Confirm the raw CSV is present at <raw_dir>/Clingen-Gene-Disease-Summary-<YYYY-MM-DD>.csv. If absent, run the plugin downloader (Click clingen-download, e.g. hvantk download clingen --output-dir <raw_dir>).
The builder keys the output by (hgnc_id, mondo_id). Optionally pass min_classification to drop weaker associations, and fields to select a column subset.
Build via CLI: hvantk reprocess clingen:gene-disease --raw-dir <dir> --output <path>.ht [--plugin-arg min_classification=Strong].
Sanity-check the output: row count plausible (~5k associations live, 11 in fixture); key fields present; HGNC/MONDO prefixes stripped on at least one known row (e.g., BRCA1 → hgnc_id == "1100", not "HGNC:1100").
Run validation: pytest hvantk/skills/clingen/tests -m hail.

8. Update playbook

When ClinGen publishes an updated snapshot (any download is effectively a new snapshot):

Re-download: hvantk download clingen --output-dir <raw_dir> --overwrite. Capture the Last-Modified header (or the snapshot date label) in the PR description.
Diff the new CSV header against the previous fixture header. New columns alone are non-breaking — they will not appear in the built table unless added to CLINGEN_GENE_DISEASE_FIELDS. Removed/renamed columns require updating CLINGEN_GENE_DISEASE_FIELDS.
Drift-probe diff: regenerate hvantk/skills/clingen/tests/drift_fingerprint.json and inspect for column-list changes or hash changes.
If the fixture (hvantk/skills/clingen/tests/testdata/raw/clingen/clingen_test_sample.csv) is no longer representative (new classification value, new GCEP under test), refresh it from a curated sub-sample.
Re-run the plugin tests (pytest hvantk/skills/clingen/tests -m hail); expected diffs: new optional columns, refreshed classification_date values.
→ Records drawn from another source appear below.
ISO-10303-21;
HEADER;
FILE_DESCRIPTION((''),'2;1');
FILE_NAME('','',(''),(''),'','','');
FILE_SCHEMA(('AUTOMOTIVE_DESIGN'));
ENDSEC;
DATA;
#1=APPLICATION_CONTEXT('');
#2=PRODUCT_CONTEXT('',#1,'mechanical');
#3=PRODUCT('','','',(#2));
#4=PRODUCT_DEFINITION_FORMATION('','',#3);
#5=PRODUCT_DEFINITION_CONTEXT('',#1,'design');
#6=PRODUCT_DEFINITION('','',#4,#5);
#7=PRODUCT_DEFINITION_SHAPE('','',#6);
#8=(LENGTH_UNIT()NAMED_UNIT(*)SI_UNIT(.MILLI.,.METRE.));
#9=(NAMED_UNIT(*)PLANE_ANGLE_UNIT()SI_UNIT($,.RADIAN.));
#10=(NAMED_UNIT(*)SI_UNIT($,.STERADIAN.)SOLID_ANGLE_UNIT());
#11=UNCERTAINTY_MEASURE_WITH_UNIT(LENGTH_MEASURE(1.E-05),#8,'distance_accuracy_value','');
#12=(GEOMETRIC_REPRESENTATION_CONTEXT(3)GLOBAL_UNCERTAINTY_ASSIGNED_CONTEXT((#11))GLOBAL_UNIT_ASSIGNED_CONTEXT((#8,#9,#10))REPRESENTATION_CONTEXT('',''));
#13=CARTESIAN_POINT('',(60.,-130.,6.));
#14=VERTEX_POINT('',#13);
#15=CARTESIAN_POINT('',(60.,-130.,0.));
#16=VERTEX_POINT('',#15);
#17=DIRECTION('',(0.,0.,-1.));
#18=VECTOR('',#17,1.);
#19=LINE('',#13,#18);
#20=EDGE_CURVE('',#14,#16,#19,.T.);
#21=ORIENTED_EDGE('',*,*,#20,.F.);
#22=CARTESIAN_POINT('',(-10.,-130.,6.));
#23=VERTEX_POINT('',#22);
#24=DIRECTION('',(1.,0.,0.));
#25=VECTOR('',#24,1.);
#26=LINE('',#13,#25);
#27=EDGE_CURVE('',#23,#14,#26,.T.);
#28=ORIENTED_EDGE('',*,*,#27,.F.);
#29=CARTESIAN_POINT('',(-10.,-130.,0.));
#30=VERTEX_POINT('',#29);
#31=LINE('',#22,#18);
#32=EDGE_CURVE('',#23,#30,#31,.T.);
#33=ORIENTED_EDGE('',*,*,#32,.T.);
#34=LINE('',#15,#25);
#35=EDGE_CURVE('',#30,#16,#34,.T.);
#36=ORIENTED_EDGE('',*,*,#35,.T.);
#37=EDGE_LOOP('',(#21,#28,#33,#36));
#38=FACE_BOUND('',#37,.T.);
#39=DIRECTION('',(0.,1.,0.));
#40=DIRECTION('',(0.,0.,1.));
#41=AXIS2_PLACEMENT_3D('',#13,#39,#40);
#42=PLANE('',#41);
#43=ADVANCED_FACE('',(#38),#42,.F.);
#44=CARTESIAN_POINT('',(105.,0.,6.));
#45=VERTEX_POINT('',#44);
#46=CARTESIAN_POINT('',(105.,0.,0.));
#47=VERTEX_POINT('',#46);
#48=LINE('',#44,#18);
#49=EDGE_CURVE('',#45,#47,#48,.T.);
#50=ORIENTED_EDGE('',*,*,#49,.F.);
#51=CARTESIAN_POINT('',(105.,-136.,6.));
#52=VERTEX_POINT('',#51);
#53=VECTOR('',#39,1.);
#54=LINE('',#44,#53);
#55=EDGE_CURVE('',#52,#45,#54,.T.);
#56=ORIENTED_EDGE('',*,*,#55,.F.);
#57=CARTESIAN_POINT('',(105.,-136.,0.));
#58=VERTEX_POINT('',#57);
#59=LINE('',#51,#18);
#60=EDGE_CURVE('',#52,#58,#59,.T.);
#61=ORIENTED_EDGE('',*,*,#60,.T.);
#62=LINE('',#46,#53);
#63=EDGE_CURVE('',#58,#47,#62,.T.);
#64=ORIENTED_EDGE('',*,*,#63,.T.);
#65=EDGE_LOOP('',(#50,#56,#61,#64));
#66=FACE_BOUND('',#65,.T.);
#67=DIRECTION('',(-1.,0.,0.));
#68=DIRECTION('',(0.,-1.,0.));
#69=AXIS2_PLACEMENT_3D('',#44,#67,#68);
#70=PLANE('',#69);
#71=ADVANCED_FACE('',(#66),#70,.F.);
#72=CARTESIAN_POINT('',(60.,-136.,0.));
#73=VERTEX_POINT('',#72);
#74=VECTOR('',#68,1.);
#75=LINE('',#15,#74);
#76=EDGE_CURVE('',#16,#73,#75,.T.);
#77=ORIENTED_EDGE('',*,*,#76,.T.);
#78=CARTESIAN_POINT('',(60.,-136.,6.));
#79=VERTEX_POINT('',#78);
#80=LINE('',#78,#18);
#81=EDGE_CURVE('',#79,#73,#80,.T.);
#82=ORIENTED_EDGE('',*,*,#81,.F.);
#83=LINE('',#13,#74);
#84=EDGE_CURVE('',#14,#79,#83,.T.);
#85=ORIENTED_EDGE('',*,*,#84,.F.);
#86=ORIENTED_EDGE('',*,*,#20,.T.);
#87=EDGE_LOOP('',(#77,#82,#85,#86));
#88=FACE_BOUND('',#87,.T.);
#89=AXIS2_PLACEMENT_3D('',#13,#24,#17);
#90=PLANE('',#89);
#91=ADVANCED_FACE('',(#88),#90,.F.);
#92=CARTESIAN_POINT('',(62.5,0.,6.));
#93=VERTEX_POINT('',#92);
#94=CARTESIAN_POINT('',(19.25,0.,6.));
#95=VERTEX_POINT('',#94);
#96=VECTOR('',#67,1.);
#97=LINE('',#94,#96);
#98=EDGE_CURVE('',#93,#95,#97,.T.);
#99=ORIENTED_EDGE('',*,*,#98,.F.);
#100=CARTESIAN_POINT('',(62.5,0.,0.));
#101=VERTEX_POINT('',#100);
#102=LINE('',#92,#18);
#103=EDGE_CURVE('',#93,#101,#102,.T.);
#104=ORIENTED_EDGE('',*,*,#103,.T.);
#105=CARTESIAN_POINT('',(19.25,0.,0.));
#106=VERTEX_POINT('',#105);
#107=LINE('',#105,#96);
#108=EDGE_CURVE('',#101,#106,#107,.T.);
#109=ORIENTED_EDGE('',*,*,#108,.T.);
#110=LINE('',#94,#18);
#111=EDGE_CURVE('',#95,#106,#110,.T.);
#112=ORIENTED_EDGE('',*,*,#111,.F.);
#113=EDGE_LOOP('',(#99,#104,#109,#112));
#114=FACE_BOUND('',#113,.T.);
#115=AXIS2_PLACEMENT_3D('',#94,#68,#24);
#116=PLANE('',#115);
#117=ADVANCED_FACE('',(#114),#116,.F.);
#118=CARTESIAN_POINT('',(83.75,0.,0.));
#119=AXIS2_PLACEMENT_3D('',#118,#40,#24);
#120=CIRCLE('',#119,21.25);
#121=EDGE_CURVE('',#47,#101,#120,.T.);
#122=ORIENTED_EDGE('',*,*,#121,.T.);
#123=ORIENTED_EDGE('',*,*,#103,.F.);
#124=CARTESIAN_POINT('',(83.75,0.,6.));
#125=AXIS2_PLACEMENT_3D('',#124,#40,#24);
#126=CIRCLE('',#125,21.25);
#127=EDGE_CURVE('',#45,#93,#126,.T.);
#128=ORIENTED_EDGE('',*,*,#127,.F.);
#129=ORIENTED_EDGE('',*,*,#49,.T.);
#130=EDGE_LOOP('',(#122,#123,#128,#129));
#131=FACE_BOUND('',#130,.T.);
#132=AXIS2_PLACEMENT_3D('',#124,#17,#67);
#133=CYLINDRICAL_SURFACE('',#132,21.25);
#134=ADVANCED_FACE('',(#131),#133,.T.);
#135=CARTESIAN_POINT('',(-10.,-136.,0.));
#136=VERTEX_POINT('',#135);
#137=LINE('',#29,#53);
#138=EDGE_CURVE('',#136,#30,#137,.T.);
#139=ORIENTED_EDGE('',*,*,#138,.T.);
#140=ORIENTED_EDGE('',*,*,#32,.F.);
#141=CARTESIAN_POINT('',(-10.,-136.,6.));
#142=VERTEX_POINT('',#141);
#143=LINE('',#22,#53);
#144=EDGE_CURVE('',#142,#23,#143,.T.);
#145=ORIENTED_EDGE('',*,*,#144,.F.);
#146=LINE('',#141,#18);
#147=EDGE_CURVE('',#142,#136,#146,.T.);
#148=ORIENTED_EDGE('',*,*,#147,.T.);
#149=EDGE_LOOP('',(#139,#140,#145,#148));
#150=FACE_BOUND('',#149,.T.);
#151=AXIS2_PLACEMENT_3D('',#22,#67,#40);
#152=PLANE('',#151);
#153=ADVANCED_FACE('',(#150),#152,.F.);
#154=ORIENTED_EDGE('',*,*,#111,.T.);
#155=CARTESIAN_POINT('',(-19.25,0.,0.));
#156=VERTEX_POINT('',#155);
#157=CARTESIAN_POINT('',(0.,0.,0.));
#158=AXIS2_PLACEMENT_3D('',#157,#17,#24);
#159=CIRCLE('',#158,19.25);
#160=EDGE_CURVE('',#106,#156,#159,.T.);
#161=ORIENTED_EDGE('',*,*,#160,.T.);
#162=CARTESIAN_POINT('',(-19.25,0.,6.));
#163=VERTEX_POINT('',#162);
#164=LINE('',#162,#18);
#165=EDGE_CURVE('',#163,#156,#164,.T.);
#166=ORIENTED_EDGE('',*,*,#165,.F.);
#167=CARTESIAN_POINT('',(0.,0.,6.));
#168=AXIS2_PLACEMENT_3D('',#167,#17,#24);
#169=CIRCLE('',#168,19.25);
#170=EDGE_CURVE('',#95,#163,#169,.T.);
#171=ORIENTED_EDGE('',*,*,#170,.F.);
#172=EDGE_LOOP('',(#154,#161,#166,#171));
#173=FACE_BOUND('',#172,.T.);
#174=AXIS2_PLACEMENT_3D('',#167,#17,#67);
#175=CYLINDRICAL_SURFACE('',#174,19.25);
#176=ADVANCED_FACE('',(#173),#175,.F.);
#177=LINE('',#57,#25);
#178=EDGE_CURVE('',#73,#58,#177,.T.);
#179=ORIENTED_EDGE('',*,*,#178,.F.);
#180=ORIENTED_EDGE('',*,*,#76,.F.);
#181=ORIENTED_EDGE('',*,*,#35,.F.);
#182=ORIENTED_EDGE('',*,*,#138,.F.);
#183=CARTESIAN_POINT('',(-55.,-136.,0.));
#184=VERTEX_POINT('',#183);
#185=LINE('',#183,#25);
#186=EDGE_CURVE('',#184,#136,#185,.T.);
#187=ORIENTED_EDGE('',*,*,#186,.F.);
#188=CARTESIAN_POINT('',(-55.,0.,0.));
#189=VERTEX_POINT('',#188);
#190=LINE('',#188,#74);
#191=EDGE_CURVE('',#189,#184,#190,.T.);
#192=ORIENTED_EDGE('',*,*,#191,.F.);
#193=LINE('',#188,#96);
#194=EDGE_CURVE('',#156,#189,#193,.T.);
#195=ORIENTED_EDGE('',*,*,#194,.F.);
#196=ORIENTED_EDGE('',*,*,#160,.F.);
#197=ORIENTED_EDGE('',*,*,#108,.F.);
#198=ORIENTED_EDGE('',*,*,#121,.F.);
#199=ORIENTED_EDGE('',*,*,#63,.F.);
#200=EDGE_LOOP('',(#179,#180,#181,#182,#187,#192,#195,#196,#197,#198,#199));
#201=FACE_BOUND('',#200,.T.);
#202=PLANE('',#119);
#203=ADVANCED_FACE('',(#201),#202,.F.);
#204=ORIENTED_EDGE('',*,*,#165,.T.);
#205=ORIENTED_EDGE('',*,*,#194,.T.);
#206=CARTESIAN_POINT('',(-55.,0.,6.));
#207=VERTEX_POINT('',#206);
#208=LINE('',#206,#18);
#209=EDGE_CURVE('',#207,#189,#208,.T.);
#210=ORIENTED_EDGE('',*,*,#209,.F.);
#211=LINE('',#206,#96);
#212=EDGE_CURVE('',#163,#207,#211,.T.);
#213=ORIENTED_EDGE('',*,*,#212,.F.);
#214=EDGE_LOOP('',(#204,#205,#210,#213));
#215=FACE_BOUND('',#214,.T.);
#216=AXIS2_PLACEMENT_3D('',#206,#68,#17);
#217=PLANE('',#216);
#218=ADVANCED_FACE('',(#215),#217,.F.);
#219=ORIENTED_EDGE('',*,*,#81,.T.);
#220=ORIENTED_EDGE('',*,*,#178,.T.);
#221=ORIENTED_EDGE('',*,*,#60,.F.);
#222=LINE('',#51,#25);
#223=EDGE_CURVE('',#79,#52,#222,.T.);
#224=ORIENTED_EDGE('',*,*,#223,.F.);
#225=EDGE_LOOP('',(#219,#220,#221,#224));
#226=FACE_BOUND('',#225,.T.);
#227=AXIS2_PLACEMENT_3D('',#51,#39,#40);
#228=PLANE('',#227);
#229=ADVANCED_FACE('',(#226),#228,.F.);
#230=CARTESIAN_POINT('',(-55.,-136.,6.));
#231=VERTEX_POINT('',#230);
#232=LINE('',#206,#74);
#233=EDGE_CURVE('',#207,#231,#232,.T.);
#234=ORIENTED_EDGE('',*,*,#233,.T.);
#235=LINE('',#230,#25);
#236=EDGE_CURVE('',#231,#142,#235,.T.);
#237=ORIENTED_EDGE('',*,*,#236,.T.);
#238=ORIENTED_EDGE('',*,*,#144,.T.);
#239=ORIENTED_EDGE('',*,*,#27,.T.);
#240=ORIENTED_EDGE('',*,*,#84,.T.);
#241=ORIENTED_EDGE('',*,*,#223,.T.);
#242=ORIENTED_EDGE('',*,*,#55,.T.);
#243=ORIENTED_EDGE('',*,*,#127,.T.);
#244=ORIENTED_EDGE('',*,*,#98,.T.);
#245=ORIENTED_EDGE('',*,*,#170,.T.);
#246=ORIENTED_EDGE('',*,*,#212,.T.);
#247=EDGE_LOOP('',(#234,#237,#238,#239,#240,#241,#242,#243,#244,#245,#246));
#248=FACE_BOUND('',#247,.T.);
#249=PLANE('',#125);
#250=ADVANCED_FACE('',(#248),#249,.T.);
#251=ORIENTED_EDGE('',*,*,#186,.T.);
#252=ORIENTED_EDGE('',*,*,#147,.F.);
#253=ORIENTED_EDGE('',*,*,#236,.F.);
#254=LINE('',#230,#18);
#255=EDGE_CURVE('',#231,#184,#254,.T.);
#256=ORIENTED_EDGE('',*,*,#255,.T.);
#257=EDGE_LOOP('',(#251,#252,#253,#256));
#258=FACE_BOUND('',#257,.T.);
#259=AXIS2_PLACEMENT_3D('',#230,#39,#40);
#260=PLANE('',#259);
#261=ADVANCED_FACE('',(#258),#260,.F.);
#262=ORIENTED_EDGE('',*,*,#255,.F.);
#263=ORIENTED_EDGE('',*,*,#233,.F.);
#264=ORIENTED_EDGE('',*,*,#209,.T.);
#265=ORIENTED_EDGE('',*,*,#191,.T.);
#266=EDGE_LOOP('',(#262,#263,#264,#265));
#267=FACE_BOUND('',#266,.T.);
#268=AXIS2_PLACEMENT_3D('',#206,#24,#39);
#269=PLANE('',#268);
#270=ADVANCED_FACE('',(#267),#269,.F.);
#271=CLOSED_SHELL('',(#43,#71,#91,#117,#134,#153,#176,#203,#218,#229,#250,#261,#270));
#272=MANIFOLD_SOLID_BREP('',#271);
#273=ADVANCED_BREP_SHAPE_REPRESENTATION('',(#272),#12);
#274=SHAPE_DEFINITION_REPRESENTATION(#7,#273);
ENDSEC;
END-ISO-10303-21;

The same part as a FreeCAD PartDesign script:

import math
import FreeCAD as App
import Part
import Sketcher
from FreeCAD import Vector

doc = App.newDocument("Part")
body = doc.addObject("PartDesign::Body", "Body")

# Sketch on XY plane
sketch1 = doc.addObject("Sketcher::SketchObject", "Sketch")
body.addObject(sketch1)
sketch1.AttachmentSupport = (doc.XY_Plane, [""])
sketch1.MapMode = "FlatFace"
sketch1.addGeometry([
    Part.LineSegment(Vector(-19.25, 0, 0), Vector(-55, 0, 0)),  # 0
    Part.LineSegment(Vector(-55, 0, 0), Vector(-55, -136, 0)),  # 1
    Part.LineSegment(Vector(-55, -136, 0), Vector(-10, -136, 0)),  # 2
    Part.LineSegment(Vector(-10, -136, 0), Vector(-10, -130, 0)),  # 3
    Part.LineSegment(Vector(-10, -130, 0), Vector(60, -130, 0)),  # 4
    Part.LineSegment(Vector(60, -130, 0), Vector(60, -136, 0)),  # 5
    Part.LineSegment(Vector(60, -136, 0), Vector(105, -136, 0)),  # 6
    Part.LineSegment(Vector(105, -136, 0), Vector(105, 0, 0)),  # 7
    Part.ArcOfCircle(Part.Circle(Vector(83.75, 0, 0), Vector(0, 0, 1), 21.25), math.radians(0), math.radians(180)),  # 8
    Part.LineSegment(Vector(62.5, 0, 0), Vector(19.25, 0, 0)),  # 9
    Part.ArcOfCircle(Part.Circle(Vector(0, 0, 0), Vector(0, 0, 1), 19.25), math.radians(180), math.radians(360)),  # 10
], False)
sketch1.addConstraint([
    Sketcher.Constraint("Coincident", 0, 2, 1, 1),
    Sketcher.Constraint("Coincident", 1, 2, 2, 1),
    Sketcher.Constraint("Coincident", 2, 2, 3, 1),
    Sketcher.Constraint("Coincident", 3, 2, 4, 1),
Unexpected diffs (changed key semantics, stripped prefixes leaking back in) require investigation before commit.
Open PR; reviewer checks the diff narrative.

9. Validation contract

fixture: hvantk/skills/clingen/tests/testdata/raw/clingen/clingen_test_sample.csv
drift_fingerprint: hvantk/skills/clingen/tests/drift_fingerprint.json
test_command: pytest hvantk/skills/clingen/tests -m hail

Snapshot status: the tests/snapshots/schema.json and tests/snapshots/sample_rows.json paths declared in plugin.yaml have NOT yet been seeded for this plugin (the tests/snapshots/ directory does not exist yet). Until seeded, there is no fixed-schema round-trip check; the live tests are test_downloader.py, test_drift_probe.py, and test_streamer.py.